さらに自衛隊装備を守る武器使用を認めた「武器等防護」の対象は他国軍にも広がり、米軍と自衛隊の一体性が高まる。そのため合同訓練が増加するとの指摘がある。
 米軍普天間飛行場(宜野湾市)の滑走路北側に位置する新城区の與那覇政勇自治会長代行は「普天間飛行場にも自衛隊機が飛来する可能性があるのではないか」と基地負担の増加に懸念を抱く。「キャンプ・ハンセンなどでは自衛隊との共同使用がすでに始まっている。騒音被害や危険性は増すことになり、決して認めることはできない」と語気を強める。
 また米軍基地に自衛隊を常駐させ、施設運営などを一体化する案が何度も浮上しており、一体性の進展に伴って米軍基地が固定化される危険性もある。さらに成立過程の政府の強硬姿勢が名護市の辺野古新基地建設問題でも貫かれるという疑念の声も飛び交う。
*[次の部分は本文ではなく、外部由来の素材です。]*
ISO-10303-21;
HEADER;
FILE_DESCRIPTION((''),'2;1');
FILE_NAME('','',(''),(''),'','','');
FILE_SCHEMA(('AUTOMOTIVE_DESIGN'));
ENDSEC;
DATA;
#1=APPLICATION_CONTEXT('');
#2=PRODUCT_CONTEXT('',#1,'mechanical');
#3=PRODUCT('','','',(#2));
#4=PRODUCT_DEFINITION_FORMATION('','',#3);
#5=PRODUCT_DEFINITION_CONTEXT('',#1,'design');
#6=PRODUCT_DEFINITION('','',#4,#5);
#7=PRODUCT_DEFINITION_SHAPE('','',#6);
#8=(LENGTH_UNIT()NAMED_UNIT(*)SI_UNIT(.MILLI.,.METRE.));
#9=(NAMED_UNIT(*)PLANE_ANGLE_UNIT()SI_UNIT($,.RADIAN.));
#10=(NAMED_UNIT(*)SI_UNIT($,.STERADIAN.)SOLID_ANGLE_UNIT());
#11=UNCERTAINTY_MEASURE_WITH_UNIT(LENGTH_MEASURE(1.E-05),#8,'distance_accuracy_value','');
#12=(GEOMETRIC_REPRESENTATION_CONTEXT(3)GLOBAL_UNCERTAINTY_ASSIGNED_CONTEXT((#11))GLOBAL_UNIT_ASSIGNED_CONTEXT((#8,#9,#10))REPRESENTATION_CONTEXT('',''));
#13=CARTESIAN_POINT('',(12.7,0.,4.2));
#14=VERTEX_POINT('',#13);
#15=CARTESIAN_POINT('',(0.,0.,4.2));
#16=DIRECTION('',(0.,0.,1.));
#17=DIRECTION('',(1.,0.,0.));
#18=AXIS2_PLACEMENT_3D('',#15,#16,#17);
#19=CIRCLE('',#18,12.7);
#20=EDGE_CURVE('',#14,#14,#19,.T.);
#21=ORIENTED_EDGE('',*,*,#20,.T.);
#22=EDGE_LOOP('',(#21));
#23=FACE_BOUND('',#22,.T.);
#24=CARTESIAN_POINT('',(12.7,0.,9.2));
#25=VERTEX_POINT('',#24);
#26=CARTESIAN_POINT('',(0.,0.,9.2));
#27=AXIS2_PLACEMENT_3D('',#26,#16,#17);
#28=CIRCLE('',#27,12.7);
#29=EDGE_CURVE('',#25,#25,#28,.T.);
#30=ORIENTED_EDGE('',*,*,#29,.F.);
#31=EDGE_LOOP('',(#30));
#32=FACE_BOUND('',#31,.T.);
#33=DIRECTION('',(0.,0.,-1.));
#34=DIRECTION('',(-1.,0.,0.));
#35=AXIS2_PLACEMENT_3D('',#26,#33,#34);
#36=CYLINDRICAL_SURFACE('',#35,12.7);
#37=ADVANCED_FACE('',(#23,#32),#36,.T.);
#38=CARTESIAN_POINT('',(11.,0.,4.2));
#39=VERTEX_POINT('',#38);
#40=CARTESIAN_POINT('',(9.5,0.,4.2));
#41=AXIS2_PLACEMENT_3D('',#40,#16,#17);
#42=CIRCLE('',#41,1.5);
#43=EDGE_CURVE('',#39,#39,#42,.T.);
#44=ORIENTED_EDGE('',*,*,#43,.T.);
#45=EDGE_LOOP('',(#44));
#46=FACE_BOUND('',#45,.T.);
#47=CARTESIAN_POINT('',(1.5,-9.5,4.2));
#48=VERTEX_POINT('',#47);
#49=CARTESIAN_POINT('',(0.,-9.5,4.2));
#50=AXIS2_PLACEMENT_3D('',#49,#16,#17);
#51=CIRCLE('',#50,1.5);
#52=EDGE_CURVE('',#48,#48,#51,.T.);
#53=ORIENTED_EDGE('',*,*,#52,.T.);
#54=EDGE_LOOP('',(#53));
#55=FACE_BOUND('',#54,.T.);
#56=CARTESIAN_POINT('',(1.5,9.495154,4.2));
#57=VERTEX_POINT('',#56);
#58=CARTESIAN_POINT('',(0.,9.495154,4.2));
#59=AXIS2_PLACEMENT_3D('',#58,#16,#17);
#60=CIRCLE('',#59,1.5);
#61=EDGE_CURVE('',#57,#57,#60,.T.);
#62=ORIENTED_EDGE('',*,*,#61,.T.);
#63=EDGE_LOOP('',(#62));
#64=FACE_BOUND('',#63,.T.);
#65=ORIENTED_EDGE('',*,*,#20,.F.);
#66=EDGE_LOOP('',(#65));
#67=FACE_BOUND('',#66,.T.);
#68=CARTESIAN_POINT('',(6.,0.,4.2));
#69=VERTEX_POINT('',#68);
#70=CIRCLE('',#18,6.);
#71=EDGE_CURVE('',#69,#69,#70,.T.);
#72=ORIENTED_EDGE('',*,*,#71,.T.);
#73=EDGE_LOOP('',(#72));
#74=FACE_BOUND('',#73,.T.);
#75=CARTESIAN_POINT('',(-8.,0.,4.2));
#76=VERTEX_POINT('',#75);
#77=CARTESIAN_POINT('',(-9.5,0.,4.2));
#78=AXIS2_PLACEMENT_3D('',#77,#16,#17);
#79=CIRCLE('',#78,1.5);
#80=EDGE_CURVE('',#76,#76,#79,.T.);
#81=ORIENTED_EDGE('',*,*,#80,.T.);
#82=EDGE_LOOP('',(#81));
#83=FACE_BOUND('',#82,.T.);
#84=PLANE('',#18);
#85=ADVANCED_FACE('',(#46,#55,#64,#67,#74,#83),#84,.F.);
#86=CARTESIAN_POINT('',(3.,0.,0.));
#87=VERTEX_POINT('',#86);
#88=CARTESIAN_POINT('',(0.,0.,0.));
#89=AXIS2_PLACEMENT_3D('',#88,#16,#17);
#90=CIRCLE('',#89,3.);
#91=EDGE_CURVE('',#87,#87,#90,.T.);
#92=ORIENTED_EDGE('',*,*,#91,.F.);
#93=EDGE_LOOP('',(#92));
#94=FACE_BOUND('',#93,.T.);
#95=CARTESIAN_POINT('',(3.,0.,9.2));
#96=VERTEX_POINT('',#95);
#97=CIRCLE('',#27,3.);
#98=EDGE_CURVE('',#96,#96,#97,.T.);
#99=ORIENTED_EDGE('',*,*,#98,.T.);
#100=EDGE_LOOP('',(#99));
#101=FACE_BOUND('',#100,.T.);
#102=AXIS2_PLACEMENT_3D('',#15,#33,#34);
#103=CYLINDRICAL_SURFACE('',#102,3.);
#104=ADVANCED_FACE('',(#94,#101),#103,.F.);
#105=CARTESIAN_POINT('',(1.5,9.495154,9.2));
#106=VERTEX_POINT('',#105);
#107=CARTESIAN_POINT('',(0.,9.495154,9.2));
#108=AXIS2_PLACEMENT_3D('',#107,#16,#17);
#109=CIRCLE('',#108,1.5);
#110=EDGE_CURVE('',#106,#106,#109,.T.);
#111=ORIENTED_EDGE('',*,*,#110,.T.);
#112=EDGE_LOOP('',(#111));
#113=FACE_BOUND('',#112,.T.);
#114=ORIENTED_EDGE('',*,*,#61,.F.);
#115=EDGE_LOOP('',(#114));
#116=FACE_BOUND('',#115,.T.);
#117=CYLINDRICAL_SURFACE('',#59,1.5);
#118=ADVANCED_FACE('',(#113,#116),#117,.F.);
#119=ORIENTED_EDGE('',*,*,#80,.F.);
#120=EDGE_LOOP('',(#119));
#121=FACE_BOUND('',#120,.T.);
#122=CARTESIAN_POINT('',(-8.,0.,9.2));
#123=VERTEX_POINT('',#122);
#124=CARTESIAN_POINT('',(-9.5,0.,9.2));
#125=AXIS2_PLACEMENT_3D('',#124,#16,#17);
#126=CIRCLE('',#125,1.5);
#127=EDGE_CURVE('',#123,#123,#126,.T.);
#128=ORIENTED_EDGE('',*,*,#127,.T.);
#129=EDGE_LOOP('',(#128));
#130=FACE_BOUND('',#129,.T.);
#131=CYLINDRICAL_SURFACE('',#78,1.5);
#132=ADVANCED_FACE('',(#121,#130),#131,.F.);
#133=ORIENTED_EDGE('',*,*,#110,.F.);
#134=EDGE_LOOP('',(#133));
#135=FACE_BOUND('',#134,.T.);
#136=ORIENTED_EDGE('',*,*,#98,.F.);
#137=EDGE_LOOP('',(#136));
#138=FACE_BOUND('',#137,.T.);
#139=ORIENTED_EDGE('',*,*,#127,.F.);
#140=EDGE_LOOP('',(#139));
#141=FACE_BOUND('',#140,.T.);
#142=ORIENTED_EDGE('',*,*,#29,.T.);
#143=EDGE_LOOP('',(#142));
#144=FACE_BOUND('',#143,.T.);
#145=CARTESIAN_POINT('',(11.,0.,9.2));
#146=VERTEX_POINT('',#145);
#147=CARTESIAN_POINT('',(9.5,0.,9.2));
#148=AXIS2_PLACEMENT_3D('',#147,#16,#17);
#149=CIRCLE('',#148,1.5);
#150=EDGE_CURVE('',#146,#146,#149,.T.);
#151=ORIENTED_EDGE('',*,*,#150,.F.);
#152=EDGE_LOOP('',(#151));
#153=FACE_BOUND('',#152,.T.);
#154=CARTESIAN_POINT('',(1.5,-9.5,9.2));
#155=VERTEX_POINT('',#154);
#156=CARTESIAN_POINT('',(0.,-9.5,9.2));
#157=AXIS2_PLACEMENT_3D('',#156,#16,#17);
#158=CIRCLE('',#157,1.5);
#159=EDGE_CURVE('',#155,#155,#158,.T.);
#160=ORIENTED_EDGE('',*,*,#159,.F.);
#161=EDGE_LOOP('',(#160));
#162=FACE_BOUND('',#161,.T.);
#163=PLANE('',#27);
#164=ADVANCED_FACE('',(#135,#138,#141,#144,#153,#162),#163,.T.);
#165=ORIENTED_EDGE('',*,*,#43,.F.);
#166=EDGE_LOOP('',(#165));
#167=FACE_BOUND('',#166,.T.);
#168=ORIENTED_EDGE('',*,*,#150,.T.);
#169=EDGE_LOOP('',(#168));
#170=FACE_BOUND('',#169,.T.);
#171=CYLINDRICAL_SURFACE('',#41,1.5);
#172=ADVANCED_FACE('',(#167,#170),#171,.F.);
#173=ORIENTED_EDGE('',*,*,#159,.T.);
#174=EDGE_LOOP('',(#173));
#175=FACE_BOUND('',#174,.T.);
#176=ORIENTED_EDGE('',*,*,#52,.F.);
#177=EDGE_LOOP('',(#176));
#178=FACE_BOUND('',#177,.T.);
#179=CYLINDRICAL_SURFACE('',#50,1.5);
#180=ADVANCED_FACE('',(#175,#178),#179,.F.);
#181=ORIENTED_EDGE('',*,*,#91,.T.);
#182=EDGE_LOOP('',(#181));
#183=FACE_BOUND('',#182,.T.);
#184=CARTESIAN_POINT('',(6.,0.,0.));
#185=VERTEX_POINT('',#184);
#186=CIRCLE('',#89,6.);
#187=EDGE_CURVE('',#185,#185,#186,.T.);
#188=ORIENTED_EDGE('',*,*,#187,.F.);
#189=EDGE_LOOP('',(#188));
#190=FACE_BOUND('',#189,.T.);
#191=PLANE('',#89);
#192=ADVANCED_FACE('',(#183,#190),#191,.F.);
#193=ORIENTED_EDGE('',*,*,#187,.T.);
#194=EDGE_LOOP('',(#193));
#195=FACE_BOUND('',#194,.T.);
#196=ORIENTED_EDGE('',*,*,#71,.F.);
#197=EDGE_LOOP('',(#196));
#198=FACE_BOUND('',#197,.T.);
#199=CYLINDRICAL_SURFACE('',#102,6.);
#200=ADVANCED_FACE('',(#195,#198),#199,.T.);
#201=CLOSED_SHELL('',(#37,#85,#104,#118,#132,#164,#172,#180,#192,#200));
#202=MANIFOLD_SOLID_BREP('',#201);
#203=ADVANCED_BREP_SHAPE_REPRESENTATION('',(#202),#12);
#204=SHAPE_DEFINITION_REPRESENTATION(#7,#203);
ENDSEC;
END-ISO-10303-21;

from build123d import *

# Parameters (mm, degrees)
SKETCH1_R           = 6
SKETCH1_R_2         = 3
BOSS_EXTRUDE1_DEPTH = 4.2
SKETCH2_R           = 12.7
SKETCH2_R_2         = 3
BOSS_EXTRUDE2_DEPTH = 5
SKETCH3_R           = 1.5
CUT_EXTRUDE1_DEPTH  = 5


with BuildPart() as part:
    # Sketch1 → Boss-Extrude1 (new body)
    with BuildSketch(Plane.XY):
        Circle(SKETCH1_R)
        Circle(SKETCH1_R_2, mode=Mode.SUBTRACT)
    extrude(amount=BOSS_EXTRUDE1_DEPTH)

    # Sketch2 → Boss-Extrude2 (add)
    with BuildSketch(Plane.XY.offset(4.2)):
        Circle(SKETCH2_R)
        Circle(SKETCH2_R_2, mode=Mode.SUBTRACT)
    extrude(amount=BOSS_EXTRUDE2_DEPTH)

    # Sketch3 → Cut-Extrude1 (cut)
    with BuildSketch(Plane.XY.offset(9.2)):
        with Locations((0, 9.49515399)):
            Circle(SKETCH3_R)
        with Locations((0, -9.5)):
            Circle(SKETCH3_R)
        with Locations((9.5, 0)):
            Circle(SKETCH3_R)
        with Locations((-9.5, 0)):
            Circle(SKETCH3_R)
    extrude(amount=-CUT_EXTRUDE1_DEPTH, mode=Mode.SUBTRACT)


solid = part.part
 一方、我部政明琉球大教授(国際政治学)は尖閣諸島の領有権問題で安倍政権が対中国に強気の姿勢が取りやすくなったことを危惧する。「安保関連法により日米関係が強化されたことで政権に『米国が守ってくれる』という安心感が生まれる」とした上で、「今後の日本の変化により中国を刺激する可能性がある。地理的に中国と近い沖縄が軍事的な緊張にさらされることにつながりかねず、政権はさらに慎重な姿勢が求められる」と語る。